不确定这里的具体问题是什么,但是马上就可以看到一个会让你失望的错误。

new_table = pd.DataFrame(columns=range(0-4))

需要

new_table = pd.DataFrame(columns=range(0,4))

范围(0-4)的结果实际上是范围(-4),其评估范围(0,-4),而您想要范围(0,4)。您只需将范围(4)作为参数或范围(0,4)传递。

答案 1 :(得分:0)

我制作了几张与你的几乎完全相同的表格,并将它们放入一个相当可观的HTML页面中。
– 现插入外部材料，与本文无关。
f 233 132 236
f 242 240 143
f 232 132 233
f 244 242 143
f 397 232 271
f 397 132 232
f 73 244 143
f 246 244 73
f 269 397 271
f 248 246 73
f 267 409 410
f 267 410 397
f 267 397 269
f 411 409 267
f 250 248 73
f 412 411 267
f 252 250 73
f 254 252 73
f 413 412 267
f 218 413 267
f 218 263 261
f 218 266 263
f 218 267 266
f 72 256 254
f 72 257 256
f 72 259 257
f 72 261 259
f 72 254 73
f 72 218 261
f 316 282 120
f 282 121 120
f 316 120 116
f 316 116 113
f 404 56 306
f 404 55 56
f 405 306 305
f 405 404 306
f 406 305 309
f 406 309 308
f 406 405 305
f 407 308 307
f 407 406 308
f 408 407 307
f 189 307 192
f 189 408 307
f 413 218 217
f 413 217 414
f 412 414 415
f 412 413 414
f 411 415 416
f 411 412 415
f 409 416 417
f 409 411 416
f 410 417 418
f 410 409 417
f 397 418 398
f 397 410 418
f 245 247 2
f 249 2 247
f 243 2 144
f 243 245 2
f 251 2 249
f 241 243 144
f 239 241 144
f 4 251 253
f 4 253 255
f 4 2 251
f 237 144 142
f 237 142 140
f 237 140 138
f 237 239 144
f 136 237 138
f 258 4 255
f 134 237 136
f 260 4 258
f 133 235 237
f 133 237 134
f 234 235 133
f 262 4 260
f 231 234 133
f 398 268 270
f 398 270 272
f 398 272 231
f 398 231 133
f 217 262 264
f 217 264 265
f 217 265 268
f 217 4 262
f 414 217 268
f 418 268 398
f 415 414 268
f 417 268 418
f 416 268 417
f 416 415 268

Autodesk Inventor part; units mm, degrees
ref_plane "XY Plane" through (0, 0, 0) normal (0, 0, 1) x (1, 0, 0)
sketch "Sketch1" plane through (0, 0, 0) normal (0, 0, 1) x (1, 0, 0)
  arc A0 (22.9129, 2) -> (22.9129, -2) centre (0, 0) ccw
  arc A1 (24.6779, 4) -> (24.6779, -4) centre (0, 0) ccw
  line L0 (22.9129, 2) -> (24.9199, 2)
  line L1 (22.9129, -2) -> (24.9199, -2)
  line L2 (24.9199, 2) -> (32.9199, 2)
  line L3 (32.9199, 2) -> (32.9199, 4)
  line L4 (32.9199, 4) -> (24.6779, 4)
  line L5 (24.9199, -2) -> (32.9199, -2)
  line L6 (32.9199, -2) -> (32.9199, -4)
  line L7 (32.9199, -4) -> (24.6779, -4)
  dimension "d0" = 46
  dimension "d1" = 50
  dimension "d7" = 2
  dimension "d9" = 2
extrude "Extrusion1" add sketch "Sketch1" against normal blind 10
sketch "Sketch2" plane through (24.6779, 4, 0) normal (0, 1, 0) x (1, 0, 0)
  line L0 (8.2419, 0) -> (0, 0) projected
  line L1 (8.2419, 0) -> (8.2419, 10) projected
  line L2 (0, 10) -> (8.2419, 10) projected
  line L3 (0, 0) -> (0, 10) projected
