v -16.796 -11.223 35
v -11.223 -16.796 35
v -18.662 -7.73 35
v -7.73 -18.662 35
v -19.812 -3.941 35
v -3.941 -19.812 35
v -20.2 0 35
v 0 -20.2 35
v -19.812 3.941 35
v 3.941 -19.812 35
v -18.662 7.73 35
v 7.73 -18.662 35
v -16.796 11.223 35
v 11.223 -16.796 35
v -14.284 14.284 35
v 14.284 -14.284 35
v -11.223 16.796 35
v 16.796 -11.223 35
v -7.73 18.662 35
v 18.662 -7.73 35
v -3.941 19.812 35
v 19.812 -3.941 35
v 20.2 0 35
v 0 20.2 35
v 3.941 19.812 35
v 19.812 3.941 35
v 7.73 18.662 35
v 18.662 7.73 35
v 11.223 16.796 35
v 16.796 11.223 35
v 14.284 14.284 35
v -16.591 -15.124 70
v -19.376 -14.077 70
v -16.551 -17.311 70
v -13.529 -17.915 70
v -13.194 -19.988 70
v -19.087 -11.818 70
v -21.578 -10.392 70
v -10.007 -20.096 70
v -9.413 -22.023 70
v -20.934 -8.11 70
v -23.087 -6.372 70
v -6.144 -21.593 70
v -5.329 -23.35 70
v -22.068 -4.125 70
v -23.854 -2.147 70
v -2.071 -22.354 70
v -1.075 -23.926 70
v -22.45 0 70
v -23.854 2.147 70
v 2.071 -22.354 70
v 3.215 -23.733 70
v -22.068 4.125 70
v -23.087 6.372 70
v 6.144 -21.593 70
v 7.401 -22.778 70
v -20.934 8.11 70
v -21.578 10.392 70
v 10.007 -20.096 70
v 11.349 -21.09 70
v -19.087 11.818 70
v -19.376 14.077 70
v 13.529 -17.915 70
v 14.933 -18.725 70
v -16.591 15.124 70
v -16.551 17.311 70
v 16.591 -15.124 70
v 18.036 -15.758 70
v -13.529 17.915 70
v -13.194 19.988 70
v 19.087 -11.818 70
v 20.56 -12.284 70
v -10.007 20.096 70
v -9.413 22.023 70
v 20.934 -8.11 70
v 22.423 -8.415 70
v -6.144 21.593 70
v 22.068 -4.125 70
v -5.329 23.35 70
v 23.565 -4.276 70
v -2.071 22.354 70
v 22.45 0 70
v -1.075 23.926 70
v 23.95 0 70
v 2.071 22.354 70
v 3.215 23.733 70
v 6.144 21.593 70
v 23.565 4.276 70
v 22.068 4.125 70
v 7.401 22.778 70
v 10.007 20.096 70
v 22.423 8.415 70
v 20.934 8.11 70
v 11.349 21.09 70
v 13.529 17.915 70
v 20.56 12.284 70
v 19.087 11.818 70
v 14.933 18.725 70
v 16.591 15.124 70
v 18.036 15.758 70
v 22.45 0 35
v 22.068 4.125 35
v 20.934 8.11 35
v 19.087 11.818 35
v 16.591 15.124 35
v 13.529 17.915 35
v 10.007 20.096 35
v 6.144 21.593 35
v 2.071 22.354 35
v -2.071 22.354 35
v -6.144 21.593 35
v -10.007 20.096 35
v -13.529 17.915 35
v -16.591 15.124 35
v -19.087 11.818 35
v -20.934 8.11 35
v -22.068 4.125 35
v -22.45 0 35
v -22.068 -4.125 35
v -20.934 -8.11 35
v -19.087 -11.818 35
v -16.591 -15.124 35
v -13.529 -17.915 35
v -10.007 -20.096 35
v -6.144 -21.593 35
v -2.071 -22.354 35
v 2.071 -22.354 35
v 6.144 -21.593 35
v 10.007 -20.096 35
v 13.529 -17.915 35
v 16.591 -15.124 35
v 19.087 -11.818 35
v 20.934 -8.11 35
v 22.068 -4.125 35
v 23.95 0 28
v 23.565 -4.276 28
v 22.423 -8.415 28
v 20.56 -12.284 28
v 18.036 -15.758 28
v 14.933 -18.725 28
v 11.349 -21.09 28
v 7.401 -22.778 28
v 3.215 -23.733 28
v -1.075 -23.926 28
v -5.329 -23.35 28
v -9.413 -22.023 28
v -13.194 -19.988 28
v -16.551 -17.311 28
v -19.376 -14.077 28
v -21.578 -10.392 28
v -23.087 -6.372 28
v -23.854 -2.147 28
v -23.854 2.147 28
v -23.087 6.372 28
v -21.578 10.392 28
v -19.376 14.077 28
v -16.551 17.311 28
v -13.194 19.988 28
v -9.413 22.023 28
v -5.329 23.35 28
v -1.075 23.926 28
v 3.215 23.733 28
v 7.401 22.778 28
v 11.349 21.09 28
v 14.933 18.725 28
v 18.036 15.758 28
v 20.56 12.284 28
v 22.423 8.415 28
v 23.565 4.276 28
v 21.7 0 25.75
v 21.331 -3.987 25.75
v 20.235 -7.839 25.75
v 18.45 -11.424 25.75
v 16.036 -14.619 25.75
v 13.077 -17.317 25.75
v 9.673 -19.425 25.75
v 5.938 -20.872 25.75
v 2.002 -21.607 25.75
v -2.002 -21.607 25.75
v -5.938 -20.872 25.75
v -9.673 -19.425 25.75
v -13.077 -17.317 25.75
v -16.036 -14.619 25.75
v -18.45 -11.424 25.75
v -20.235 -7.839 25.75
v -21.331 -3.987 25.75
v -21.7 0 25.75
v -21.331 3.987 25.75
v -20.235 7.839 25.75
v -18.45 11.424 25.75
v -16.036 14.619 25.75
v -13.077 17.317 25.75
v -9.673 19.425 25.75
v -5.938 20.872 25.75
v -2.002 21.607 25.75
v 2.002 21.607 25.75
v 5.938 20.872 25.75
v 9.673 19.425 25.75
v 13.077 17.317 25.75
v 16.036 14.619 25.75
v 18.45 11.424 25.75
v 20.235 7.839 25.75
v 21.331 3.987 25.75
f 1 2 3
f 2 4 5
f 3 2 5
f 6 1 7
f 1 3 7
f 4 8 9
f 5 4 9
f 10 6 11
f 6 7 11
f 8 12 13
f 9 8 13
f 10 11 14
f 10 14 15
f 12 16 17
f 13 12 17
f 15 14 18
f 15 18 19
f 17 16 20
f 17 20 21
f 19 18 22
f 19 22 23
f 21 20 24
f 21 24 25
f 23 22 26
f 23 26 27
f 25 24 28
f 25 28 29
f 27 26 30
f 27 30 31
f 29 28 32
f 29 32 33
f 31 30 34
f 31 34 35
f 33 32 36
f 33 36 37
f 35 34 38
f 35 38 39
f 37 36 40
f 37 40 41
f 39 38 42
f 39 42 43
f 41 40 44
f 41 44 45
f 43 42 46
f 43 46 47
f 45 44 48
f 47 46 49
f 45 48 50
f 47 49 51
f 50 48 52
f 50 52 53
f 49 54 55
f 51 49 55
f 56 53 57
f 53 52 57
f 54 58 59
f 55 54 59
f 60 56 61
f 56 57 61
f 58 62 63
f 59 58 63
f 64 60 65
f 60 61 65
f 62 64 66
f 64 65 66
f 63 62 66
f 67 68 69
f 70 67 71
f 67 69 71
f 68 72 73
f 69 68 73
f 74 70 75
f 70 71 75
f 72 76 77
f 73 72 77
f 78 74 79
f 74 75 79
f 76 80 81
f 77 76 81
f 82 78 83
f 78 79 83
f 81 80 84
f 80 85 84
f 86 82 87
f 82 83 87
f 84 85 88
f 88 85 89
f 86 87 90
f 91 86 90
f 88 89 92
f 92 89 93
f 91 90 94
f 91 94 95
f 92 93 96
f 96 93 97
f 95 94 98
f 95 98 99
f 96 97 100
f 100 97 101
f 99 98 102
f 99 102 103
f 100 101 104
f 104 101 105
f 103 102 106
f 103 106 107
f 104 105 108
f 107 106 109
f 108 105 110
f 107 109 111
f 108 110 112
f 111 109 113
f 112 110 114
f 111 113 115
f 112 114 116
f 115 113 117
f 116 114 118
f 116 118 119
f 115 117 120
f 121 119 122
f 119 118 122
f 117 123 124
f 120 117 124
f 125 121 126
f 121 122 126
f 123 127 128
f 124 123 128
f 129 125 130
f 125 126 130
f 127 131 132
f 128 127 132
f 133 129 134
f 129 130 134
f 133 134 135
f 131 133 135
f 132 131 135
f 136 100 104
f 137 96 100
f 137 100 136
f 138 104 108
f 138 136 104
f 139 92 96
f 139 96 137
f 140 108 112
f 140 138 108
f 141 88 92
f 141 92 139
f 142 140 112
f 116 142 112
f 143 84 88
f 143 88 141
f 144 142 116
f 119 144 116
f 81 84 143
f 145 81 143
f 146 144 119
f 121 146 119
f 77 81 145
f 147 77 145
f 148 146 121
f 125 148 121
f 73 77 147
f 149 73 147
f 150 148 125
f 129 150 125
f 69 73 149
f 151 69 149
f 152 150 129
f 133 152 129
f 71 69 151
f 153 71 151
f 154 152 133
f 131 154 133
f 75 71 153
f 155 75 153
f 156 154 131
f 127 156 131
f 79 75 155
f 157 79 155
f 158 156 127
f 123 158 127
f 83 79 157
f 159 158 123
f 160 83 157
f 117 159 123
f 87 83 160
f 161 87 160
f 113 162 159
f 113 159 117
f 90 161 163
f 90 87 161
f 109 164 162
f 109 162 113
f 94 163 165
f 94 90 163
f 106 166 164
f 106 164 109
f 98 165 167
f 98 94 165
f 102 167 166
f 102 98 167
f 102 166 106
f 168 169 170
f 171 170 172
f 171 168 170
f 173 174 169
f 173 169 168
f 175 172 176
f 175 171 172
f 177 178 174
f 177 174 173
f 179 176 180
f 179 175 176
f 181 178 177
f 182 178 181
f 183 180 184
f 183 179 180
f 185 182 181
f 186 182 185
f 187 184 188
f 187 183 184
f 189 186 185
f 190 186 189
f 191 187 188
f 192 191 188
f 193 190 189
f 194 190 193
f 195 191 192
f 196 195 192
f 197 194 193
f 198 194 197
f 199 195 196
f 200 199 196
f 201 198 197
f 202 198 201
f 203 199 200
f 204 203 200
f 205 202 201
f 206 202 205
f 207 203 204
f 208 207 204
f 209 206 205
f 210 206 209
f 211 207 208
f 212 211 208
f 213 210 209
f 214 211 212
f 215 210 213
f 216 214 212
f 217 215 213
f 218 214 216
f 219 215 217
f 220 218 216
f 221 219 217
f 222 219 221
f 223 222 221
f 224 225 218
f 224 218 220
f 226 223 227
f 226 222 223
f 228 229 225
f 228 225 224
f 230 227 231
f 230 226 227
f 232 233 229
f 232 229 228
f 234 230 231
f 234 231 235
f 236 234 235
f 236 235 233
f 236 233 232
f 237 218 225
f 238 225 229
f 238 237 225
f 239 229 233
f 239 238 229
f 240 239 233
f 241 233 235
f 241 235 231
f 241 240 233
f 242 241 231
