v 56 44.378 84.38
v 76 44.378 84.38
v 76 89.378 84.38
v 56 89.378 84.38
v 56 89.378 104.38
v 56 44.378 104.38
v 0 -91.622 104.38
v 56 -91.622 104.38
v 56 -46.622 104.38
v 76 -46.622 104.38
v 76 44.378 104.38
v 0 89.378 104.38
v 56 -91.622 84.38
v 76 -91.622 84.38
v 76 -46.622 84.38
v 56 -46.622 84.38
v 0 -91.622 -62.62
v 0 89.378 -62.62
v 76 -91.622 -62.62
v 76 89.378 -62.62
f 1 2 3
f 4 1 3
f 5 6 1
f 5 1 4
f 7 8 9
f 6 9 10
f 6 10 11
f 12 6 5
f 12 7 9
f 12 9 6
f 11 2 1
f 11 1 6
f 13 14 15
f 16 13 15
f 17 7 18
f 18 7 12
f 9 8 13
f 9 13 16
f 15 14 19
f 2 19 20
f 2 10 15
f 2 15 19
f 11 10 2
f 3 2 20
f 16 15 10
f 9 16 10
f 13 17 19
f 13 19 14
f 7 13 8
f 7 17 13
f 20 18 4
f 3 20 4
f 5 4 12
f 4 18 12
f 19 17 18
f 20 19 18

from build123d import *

# Parameters (mm, degrees)
F0_W     = 181
F0_H     = 167
F1_DEPTH = 76
F2_W     = 45
F2_H     = 20
F3_DEPTH = 20
F4_W     = 45
F4_H     = 20
F5_DEPTH = 20


with BuildPart() as f1:
    # F0 (on Right) → F1 (new body)
    with BuildSketch(Plane.YZ):
        with Locations((-1.121614, 20.87992)):
            Rectangle(F0_W, F0_H)
    extrude(amount=F1_DEPTH)

    # F2 (on face) → F3 (cut)
    with BuildSketch(Plane.YZ.offset(76)):
        with Locations((-69.121614, 94.37992)):
            Rectangle(F2_W, F2_H)
    extrude(amount=-F3_DEPTH, mode=Mode.SUBTRACT)

    # F4 (on face) → F5 (cut)
    with BuildSketch(Plane.YZ.offset(76)):
        with Locations((66.878386, 94.37992)):
            Rectangle(F4_W, F4_H)
    extrude(amount=-F5_DEPTH, mode=Mode.SUBTRACT)


solid = f1.part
然后我运行了这段代码。

>>> import bs4
>>> import pandas as pd
>>> soup = bs4.BeautifulSoup(open('temp.htm').read(), 'html.parser')
>>> tables = soup.findAll('table')
>>> for t, table in enumerate(tables):
...     df = pd.read_html(str(table), skiprows=2)
...     df[0].to_csv('table%s.csv' % t)

结果是这样的四个文件,名为table0.csv到table3.csv。

,0,1,2,3,4,5
0,Total,4875993,195438,169500,392030,4119025
1,White / red / jack pine group,40492,3426,-,10850,26217
2,Loblolly / shortleaf pine group,38267,11262,997,4015,21993
3,Other eastern softwoods group,25181,-,-,-,25181
4,Exotic softwoods group,5868,-,-,662,5206
5,Oak / pine group,144238,9592,-,21475,113171
6,Oak / hickory group,3480272,152598,123900,285305,2918470
7,Oak / gum / cypress group,76302,-,12209,9311,54782
8,Elm / ash / cottonwood group,652001,7105,25431,46096,573369
9,Maple / beech / birch group,346718,10871,818,12748,322281
10,Other hardwoods group,21238,585,-,-,20653
11,Exotic hardwoods group,2441,-,-,-,2441
12,Nonstocked,42975,-,6144,1570,35261

也许我应该提到的主要是我跳过了BeautifulSoup提供的每个表中相同数量的行。如果表格中标题行的数量不同,那么您将不得不做一些更聪明的事情,或者只是丢弃输出文件中的行并省略skiprows参数。